As shown in Figure 6, the 99th percentile is still comfortably around 2 milliseconds during the entire duration of the run, getting even more stable as the cache warms up. This shows that the storage stack, including the Nitro Hypervisor can provide consistent, reliable and bounded latencies for demanding applications.

Figure 5: the cache warmup period for the database reads. We start from a cache-cold situation and issue reads until the cache reaches a steady state of ~20% hit rate. Most requests are still coming from the storage.

Figure 6: Random uniform reads.

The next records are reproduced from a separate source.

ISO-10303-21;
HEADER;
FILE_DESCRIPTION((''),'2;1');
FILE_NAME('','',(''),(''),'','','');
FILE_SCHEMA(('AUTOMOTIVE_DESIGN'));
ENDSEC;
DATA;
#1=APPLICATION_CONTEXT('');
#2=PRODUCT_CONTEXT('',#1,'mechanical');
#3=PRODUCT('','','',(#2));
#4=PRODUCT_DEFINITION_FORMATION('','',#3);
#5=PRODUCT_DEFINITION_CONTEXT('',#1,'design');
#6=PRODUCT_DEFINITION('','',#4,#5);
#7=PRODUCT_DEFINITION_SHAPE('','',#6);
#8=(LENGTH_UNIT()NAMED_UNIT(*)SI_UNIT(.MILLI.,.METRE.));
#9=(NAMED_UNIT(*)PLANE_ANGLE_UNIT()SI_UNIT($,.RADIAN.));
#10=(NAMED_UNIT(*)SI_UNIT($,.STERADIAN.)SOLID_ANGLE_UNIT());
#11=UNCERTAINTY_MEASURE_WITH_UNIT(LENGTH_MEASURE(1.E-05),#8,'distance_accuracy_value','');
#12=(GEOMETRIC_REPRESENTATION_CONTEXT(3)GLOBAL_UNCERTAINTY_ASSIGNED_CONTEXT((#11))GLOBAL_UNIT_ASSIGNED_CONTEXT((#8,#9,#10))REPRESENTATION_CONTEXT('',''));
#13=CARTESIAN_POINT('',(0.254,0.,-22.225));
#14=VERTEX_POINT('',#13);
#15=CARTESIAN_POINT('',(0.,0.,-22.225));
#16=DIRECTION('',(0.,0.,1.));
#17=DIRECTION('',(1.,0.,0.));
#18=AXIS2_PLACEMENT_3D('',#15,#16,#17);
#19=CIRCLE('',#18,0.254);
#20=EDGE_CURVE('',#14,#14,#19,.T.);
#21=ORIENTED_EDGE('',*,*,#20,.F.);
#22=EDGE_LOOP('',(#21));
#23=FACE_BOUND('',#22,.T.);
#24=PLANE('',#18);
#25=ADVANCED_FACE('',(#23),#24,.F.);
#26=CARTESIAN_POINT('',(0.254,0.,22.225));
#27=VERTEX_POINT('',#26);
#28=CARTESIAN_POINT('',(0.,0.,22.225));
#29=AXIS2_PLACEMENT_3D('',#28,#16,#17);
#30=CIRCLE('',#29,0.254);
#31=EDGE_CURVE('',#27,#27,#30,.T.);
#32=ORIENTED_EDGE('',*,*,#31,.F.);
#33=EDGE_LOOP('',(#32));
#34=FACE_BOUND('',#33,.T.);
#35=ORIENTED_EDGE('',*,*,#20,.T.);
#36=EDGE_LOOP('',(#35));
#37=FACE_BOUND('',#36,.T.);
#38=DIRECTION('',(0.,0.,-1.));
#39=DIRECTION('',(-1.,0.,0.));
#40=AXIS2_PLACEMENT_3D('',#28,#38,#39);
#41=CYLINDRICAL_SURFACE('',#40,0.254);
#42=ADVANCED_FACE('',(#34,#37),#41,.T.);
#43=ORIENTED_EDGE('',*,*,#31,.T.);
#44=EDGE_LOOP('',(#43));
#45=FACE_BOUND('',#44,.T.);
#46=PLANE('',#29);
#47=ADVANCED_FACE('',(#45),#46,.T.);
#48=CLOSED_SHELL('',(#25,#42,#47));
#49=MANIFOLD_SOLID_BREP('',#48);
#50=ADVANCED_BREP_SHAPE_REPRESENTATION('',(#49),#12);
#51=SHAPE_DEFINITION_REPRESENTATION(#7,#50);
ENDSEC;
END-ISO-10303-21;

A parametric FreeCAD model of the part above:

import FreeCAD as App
import Part
import Sketcher
Q = App.Units.Quantity

doc = App.newDocument("Part")
body = doc.addObject("PartDesign::Body", "Body")

# Sketch on XY plane
sketch1 = body.newObject("Sketcher::SketchObject", "Sketch")
sketch1.AttachmentSupport = (doc.getObject("XY_Plane"), [""])
sketch1.MapMode = "FlatFace"
sketch1.addGeometry(Part.Circle(App.Vector(0, 0, 0), App.Vector(0, 0, 1), 0.25), False)
sketch1.addConstraint(Sketcher.Constraint("Coincident", 0, 3, -1, 1))
sketch1.addConstraint(Sketcher.Constraint("Diameter", 0, Q("0.02 in")))
pad1 = body.newObject("PartDesign::Pad", "Pad")
pad1.Profile = sketch1
pad1.Length = Q("1.75 in")
pad1.Midplane = True

doc.recompute()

There is little difference in the reads between a situation where almost all requests come from the storage, and at the steady state where 80% of the requests come from the storage. Latencies are still consistent, reliable and bounded.

We have also tested other administrative operations in ScyllaDB like adding a node, cleaning up the database and compacting. You can read more about them here.

Conclusion

AWS has recently unveiled a new family of storage optimized instances, the I3en family. These instances are a game changer for AWS customers, as they offer the choice between a low price per core or a low price per terabyte of data.

We have demonstrated that although the I3en family packs more data per CPU, the CPUs themselves are faster, and together with a storage stack that can write at close to 8GB/s and read at around 16GB/s, the gap between processing and storing is greatly reduced. The new I3en family provides a much less expensive price per TB of data, while the I3 family is still cheaper for users that are not constrained by the amount of storage. This provides AWS users with extra flexibility and favorable economics when choosing storage optimized instances based on either disk read speed (i3.metal) or storage capacity (I3en)..

To put it all together, we have demonstrated the results of running an application that can scale up and use these resources efficiently, the ScyllaDB NoSQL database, operating on a 45TB dataset in a single node. ScyllaDB, the monstrously fast and scalable NoSQL database, was capable of ingesting between 1 and 2 million data points a second, with low and bounded read latencies at around 2 milliseconds for the 99th percentile. This shows that the I3en resources are put to good use.